*PROBLEM DETAILS*:
Beginning with the line below that contains "f 17 409 18" and ending with the line that contains "f 438 437 436", copy every line exactly. Copy nothing else.

*GIVEN INFORMATION*:
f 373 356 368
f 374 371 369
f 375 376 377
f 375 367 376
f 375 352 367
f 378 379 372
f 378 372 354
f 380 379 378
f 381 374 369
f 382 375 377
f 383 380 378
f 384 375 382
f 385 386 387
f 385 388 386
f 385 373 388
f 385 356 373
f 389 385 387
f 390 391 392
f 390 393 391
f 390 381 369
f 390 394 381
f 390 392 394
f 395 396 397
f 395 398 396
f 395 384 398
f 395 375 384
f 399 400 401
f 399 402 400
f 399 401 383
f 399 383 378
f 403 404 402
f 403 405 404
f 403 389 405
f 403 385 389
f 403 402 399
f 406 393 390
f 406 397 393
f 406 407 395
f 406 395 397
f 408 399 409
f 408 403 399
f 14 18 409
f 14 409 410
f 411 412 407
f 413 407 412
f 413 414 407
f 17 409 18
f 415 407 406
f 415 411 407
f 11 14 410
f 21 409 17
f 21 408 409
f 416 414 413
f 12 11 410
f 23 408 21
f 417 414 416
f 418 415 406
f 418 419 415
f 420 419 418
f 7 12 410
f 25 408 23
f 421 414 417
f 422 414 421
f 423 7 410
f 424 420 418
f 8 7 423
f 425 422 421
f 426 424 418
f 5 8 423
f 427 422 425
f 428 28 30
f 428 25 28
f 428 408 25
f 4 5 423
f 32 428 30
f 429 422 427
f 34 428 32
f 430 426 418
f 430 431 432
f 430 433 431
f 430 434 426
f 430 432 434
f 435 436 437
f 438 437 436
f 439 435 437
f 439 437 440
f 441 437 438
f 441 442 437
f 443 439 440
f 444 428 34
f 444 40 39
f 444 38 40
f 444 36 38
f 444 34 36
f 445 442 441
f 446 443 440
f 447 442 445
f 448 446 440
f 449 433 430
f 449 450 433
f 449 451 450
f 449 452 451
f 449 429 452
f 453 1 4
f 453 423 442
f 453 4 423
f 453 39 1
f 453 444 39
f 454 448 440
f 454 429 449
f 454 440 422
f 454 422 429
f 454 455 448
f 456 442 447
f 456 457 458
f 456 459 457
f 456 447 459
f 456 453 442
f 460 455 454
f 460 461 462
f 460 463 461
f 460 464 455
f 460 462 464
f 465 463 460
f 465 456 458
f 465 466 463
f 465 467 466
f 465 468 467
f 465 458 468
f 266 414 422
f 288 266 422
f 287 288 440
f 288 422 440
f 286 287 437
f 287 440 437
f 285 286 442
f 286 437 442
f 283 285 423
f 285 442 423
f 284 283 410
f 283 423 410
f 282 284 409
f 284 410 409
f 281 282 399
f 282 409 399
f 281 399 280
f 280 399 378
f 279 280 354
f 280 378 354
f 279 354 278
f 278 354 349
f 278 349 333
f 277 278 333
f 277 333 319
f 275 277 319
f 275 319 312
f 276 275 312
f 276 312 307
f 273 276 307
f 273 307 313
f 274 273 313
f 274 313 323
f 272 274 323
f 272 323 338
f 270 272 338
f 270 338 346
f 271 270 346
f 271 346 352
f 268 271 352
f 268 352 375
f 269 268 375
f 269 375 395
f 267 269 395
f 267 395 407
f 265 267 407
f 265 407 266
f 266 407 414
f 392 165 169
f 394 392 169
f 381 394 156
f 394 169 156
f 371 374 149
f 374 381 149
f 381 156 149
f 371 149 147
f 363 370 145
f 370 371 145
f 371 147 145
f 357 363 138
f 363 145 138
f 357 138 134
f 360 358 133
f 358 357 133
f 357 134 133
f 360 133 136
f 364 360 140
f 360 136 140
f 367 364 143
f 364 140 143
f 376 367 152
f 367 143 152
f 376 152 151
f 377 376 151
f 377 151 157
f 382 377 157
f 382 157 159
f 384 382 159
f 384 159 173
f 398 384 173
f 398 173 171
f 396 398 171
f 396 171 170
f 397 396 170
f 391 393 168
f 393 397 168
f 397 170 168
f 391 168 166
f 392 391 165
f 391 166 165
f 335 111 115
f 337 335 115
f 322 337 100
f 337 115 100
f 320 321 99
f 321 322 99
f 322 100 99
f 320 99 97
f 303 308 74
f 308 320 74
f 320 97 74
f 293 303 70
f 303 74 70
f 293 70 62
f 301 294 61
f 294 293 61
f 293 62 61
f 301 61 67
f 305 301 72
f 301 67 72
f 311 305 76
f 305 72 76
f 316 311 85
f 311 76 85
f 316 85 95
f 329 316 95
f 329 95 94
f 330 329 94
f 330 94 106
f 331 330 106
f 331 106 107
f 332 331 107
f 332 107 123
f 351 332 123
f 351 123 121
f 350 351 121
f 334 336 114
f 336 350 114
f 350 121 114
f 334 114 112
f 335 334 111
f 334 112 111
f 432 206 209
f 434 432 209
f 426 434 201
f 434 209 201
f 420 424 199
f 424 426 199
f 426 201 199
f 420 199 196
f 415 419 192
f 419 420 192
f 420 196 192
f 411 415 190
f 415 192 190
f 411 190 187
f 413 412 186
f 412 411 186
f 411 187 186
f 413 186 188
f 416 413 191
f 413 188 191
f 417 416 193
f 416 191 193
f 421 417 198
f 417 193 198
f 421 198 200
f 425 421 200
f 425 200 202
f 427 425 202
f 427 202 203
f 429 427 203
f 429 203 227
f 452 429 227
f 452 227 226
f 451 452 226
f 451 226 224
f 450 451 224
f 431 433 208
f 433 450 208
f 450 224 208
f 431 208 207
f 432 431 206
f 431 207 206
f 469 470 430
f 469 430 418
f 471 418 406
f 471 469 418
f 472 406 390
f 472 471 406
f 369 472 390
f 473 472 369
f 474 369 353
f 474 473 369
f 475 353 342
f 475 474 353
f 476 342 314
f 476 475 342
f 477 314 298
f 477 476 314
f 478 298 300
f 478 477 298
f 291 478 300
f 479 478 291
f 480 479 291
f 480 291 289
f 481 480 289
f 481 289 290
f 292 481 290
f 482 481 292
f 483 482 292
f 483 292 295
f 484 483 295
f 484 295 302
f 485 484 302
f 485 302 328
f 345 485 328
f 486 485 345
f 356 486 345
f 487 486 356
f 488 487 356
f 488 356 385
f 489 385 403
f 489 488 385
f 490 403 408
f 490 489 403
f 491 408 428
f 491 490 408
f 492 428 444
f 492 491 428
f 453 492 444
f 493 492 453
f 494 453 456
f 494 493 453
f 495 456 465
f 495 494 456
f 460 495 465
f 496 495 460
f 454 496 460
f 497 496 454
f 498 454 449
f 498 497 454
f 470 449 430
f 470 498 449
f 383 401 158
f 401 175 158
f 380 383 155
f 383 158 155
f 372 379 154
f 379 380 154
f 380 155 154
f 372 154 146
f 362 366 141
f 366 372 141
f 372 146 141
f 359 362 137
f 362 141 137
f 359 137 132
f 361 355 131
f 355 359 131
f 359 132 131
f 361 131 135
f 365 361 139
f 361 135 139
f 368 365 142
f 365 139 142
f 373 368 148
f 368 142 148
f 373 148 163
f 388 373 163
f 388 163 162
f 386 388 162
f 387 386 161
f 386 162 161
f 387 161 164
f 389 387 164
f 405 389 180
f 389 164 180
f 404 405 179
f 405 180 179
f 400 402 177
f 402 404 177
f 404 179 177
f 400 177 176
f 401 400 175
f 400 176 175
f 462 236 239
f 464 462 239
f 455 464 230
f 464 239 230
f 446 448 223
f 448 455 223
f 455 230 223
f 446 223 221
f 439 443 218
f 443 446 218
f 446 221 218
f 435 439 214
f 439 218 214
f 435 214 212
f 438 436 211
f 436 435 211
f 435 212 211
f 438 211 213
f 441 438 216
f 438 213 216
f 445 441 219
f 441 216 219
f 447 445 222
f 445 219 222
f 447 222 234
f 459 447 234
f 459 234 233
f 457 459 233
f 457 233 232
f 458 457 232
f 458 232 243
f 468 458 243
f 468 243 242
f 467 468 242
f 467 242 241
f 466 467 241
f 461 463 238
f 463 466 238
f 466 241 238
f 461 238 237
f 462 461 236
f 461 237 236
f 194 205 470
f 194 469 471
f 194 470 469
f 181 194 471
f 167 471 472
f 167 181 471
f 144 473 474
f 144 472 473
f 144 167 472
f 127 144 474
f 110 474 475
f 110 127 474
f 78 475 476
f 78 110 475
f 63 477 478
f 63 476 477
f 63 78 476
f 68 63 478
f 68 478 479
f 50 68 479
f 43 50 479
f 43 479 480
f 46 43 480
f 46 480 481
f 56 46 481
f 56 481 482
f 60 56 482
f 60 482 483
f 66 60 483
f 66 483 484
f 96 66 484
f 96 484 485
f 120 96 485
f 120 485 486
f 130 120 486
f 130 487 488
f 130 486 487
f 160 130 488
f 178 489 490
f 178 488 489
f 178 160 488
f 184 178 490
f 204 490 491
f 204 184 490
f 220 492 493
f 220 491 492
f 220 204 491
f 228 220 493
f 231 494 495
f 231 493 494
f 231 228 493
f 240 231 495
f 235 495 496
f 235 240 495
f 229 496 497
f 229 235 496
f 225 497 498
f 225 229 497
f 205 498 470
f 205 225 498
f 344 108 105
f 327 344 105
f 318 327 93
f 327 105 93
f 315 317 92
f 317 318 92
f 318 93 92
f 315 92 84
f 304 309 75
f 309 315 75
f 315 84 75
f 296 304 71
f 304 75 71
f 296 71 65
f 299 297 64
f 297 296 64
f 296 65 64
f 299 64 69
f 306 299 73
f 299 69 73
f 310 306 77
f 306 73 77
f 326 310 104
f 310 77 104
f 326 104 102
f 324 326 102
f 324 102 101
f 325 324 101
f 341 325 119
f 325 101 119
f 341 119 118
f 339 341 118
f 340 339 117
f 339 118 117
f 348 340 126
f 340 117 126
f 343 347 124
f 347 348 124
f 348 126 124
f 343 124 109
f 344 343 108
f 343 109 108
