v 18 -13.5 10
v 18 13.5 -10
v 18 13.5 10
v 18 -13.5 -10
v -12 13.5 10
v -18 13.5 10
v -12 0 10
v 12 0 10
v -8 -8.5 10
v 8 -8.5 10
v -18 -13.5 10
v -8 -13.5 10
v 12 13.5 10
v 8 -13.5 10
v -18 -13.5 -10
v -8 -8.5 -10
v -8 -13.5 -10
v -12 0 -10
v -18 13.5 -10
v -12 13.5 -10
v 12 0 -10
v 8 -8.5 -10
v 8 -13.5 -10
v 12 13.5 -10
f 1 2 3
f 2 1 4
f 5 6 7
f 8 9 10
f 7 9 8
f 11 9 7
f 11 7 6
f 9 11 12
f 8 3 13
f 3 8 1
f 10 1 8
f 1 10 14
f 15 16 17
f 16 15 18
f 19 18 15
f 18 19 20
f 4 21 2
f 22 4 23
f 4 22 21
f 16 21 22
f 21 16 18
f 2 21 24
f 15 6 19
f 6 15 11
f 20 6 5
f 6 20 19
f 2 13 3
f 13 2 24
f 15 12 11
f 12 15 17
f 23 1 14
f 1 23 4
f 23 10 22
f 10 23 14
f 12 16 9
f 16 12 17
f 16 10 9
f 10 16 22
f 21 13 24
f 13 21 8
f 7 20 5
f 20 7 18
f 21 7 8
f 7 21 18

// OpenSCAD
module iec_power_inlet() {
    difference() {
        // Main body
        cube([36, 27, 20], center = true);
        
        // Cutout for the fuse holder
        translate([-8, -13.5, -10])
            cube([16, 5, 20], center = false);
        
        // Cutout for the power socket
        translate([-12, 0, -10])
            cube([24, 27, 20], center = false);
    }
}

iec_power_inlet();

*TASK RESPONSE*:
f 17 409 18
f 415 407 406
f 415 411 407
f 11 14 410
f 21 409 17
f 21 408 409
f 416 414 413
f 12 11 410
f 23 408 21
f 417 414 416
f 418 415 406
f 418 419 415
f 420 419 418
f 7 12 410
f 25 408 23
f 421 414 417
f 422 414 421
f 423 7 410
f 424 420 418
f 8 7 423
f 425 422 421
f 426 424 418
f 5 8 423
f 427 422 425
f 428 28 30
f 428 25 28
f 428 408 25
f 4 5 423
f 32 428 30
f 429 422 427
f 34 428 32
f 430 426 418
f 430 431 432
f 430 433 431
f 430 434 426
f 430 432 434
f 435 436 437
f 438 437 436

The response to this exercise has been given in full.